Deal seeking - Both the U.S. and Iran entered the Baghdad talks with maximalist positions, and neither budged. That’s common to any negotiation, writes Reza Marashi at The National Interest. However, Marashi notes, now the hard work really begins as the U.S. and Iran seek an agreement that can be sold to their domestic constituencies.

--One possible solution, says Marashi, is for the P5+1 to match verifiable Iranian concessions on enrichment with a delay in the EU oil embargo.

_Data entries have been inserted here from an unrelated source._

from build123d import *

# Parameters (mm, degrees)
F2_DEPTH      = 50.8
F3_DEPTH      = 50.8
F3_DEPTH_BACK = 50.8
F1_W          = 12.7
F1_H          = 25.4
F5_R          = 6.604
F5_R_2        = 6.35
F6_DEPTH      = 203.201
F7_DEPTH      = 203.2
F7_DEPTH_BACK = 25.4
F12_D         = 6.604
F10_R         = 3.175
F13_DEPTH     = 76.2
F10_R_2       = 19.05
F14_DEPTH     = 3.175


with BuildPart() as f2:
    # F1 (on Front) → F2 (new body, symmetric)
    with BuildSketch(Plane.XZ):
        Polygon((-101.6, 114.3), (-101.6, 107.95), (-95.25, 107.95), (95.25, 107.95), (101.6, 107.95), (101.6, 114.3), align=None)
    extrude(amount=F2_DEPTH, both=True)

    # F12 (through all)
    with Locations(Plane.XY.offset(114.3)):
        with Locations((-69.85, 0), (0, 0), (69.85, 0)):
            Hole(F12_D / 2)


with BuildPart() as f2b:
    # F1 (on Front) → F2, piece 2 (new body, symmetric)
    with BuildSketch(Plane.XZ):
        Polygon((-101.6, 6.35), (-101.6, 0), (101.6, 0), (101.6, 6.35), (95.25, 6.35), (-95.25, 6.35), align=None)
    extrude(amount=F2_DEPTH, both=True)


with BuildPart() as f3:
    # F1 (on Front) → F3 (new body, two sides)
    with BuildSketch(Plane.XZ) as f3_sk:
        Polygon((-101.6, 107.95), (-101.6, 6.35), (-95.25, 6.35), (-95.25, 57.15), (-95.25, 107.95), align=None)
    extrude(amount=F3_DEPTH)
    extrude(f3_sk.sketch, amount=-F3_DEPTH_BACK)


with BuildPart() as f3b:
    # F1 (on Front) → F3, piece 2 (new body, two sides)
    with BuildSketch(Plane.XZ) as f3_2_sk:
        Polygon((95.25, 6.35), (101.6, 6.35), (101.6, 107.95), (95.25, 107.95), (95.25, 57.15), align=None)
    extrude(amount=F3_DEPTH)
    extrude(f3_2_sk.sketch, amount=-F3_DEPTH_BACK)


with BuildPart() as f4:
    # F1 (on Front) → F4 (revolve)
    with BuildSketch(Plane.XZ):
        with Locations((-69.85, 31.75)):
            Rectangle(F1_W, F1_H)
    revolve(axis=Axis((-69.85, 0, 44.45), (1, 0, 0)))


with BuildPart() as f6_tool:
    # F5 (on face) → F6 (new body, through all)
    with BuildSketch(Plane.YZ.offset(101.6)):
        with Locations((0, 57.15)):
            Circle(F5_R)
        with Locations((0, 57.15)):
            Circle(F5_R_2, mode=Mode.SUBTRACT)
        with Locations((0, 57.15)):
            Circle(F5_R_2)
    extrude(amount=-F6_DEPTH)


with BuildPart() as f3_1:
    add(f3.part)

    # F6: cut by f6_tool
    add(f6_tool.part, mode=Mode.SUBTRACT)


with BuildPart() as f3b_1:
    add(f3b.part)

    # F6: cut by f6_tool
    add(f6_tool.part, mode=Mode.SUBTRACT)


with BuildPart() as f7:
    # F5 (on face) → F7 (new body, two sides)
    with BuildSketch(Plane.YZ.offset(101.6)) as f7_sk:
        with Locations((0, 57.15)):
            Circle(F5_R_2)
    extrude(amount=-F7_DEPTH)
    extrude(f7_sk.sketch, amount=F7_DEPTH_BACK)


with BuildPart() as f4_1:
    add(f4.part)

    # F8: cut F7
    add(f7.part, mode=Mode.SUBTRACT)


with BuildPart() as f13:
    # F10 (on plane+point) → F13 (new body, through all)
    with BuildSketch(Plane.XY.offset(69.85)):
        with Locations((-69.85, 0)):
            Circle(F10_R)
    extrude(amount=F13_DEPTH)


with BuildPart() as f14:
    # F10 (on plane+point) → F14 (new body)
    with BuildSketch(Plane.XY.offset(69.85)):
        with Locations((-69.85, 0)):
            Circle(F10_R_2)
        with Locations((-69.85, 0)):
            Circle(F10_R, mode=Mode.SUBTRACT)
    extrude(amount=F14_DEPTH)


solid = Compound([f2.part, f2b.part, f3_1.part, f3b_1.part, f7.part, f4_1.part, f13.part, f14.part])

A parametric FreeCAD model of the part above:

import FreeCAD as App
import Part
import Sketcher
Q = App.Units.Quantity


def add_polygon(sketch, points):
    """Adds a closed chain of lines whose ends are joined by coincident constraints."""
    first, n = sketch.GeometryCount, len(points)
    for a, b in zip(points, points[1:] + points[:1]):
        sketch.addGeometry(Part.LineSegment(App.Vector(*a, 0), App.Vector(*b, 0)), False)
    for i in range(n):
        sketch.addConstraint(Sketcher.Constraint("Coincident", first + i, 2, first + (i + 1) % n, 1))

doc = App.newDocument("Part")
body = doc.addObject("PartDesign::Body", "Body")

# Sketch on XZ plane
sketch1 = body.newObject("Sketcher::SketchObject", "Sketch")
sketch1.AttachmentSupport = (doc.getObject("XZ_Plane"), [""])
sketch1.MapMode = "FlatFace"
add_polygon(sketch1, [(-102, 114), (-102, 108), (102, 108), (102, 114)])  # lines 0-3
sketch1.addConstraint(Sketcher.Constraint("Vertical", 0))
sketch1.addConstraint(Sketcher.Constraint("Horizontal", 1))
sketch1.addConstraint(Sketcher.Constraint("Vertical", 2))
sketch1.addConstraint(Sketcher.Constraint("Horizontal", 3))
sketch1.addConstraint(Sketcher.Constraint("DistanceX", 1, 1, 1, 2, Q("8 in")))
sketch1.addConstraint(Sketcher.Constraint("DistanceX", 0, 2, -1, 1, Q("4 in")))
sketch1.addConstraint(Sketcher.Constraint("DistanceY", 0, 2, 0, 1, Q("0.25 in")))
sketch1.addConstraint(Sketcher.Constraint("DistanceY", -1, 1, 2, 2, Q("4.5 in")))
pad1 = body.newObject("PartDesign::Pad", "Pad")
pad1.Profile = sketch1
pad1.Length = Q("4 in")
pad1.Midplane = True

# Sketch on XY plane
sketch2 = body.newObject("Sketcher::SketchObject", "Sketch001")
sketch2.AttachmentSupport = (doc.getObject("XY_Plane"), [""])
sketch2.MapMode = "FlatFace"
sketch2.AttachmentOffset = App.Placement(App.Vector(0, 0, 4.5 * 25.4), App.Rotation())
sketch2.addGeometry(Part.Circle(App.Vector(-69.8, 0, 0), App.Vector(0, 0, 1), 3.3), False)
sketch2.addGeometry(Part.Circle(App.Vector(0, 0, 0), App.Vector(0, 0, 1), 3.3), False)
sketch2.addGeometry(Part.Circle(App.Vector(69.8, 0, 0), App.Vector(0, 0, 1), 3.3), False)
sketch2.addConstraint(Sketcher.Constraint("Coincident", 1, 3, -1, 1))
sketch2.addConstraint(Sketcher.Constraint("Equal", 0, 1))
sketch2.addConstraint(Sketcher.Constraint("Equal", 1, 2))
sketch2.addConstraint(Sketcher.Constraint("Symmetric", 0, 3, 2, 3, -1, 1))
sketch2.addConstraint(Sketcher.Constraint("PointOnObject", 0, 3, -1))
sketch2.addConstraint(Sketcher.Constraint("Diameter", 0, Q("0.26 in")))
sketch2.addConstraint(Sketcher.Constraint("DistanceX", 0, 3, 2, 3, Q("5.5 in")))
doc.recompute()
hole = body.newObject("PartDesign::Hole", "Hole")
hole.Profile = sketch2
hole.ThreadType = "None"
hole.Diameter = Q("0.26 in")
hole.DepthType = "ThroughAll"
body2 = doc.addObject("PartDesign::Body", "Body001")

# Sketch on XZ plane
sketch3 = body2.newObject("Sketcher::SketchObject", "Sketch002")
sketch3.AttachmentSupport = (doc.getObject("XZ_Plane001"), [""])
sketch3.MapMode = "FlatFace"
add_polygon(sketch3, [(-102, 6), (-102, 0), (102, 0), (102, 6)])  # lines 0-3
sketch3.addConstraint(Sketcher.Constraint("Vertical", 0))
sketch3.addConstraint(Sketcher.Constraint("Horizontal", 1))
sketch3.addConstraint(Sketcher.Constraint("Vertical", 2))
sketch3.addConstraint(Sketcher.Constraint("Horizontal", 3))
sketch3.addConstraint(Sketcher.Constraint("Symmetric", 0, 2, 1, 2, -1, 1))
sketch3.addConstraint(Sketcher.Constraint("DistanceX", 1, 1, 1, 2, Q("8 in")))
sketch3.addConstraint(Sketcher.Constraint("DistanceY", 0, 2, 0, 1, Q("0.25 in")))
pad2 = body2.newObject("PartDesign::Pad", "Pad001")
pad2.Profile = sketch3
pad2.Length = Q("4 in")
pad2.Midplane = True
body3 = doc.addObject("PartDesign::Body", "Body002")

This would “allow the necessary political space for diplomacy to run its course.” http://bit.ly/KI43Ja

Tweet - @cirincione: “Here's what I do in those State Dept meetings. I'm at far end, next to Blair, Slocombe and Gallucci.” http://bit.ly/JN7WzZ

Breakout - Iran appears not to have made a decision to acquire nuclear weapons. If Iran ever made that decision, “How Close is Iran to exploding its first nuclear bomb?” asks Graham Allison in Scientific American. http://bit.ly/KHj7qb

Payne - Former Deputy Assistant Secretary of Defense Keith Payne is a common source of nuclear weapons proponents’ talking points, and he did not like the recent Global Zero report chaired by former Vice Chairman of the Joint Chiefs of Staff, Gen. James Cartwright.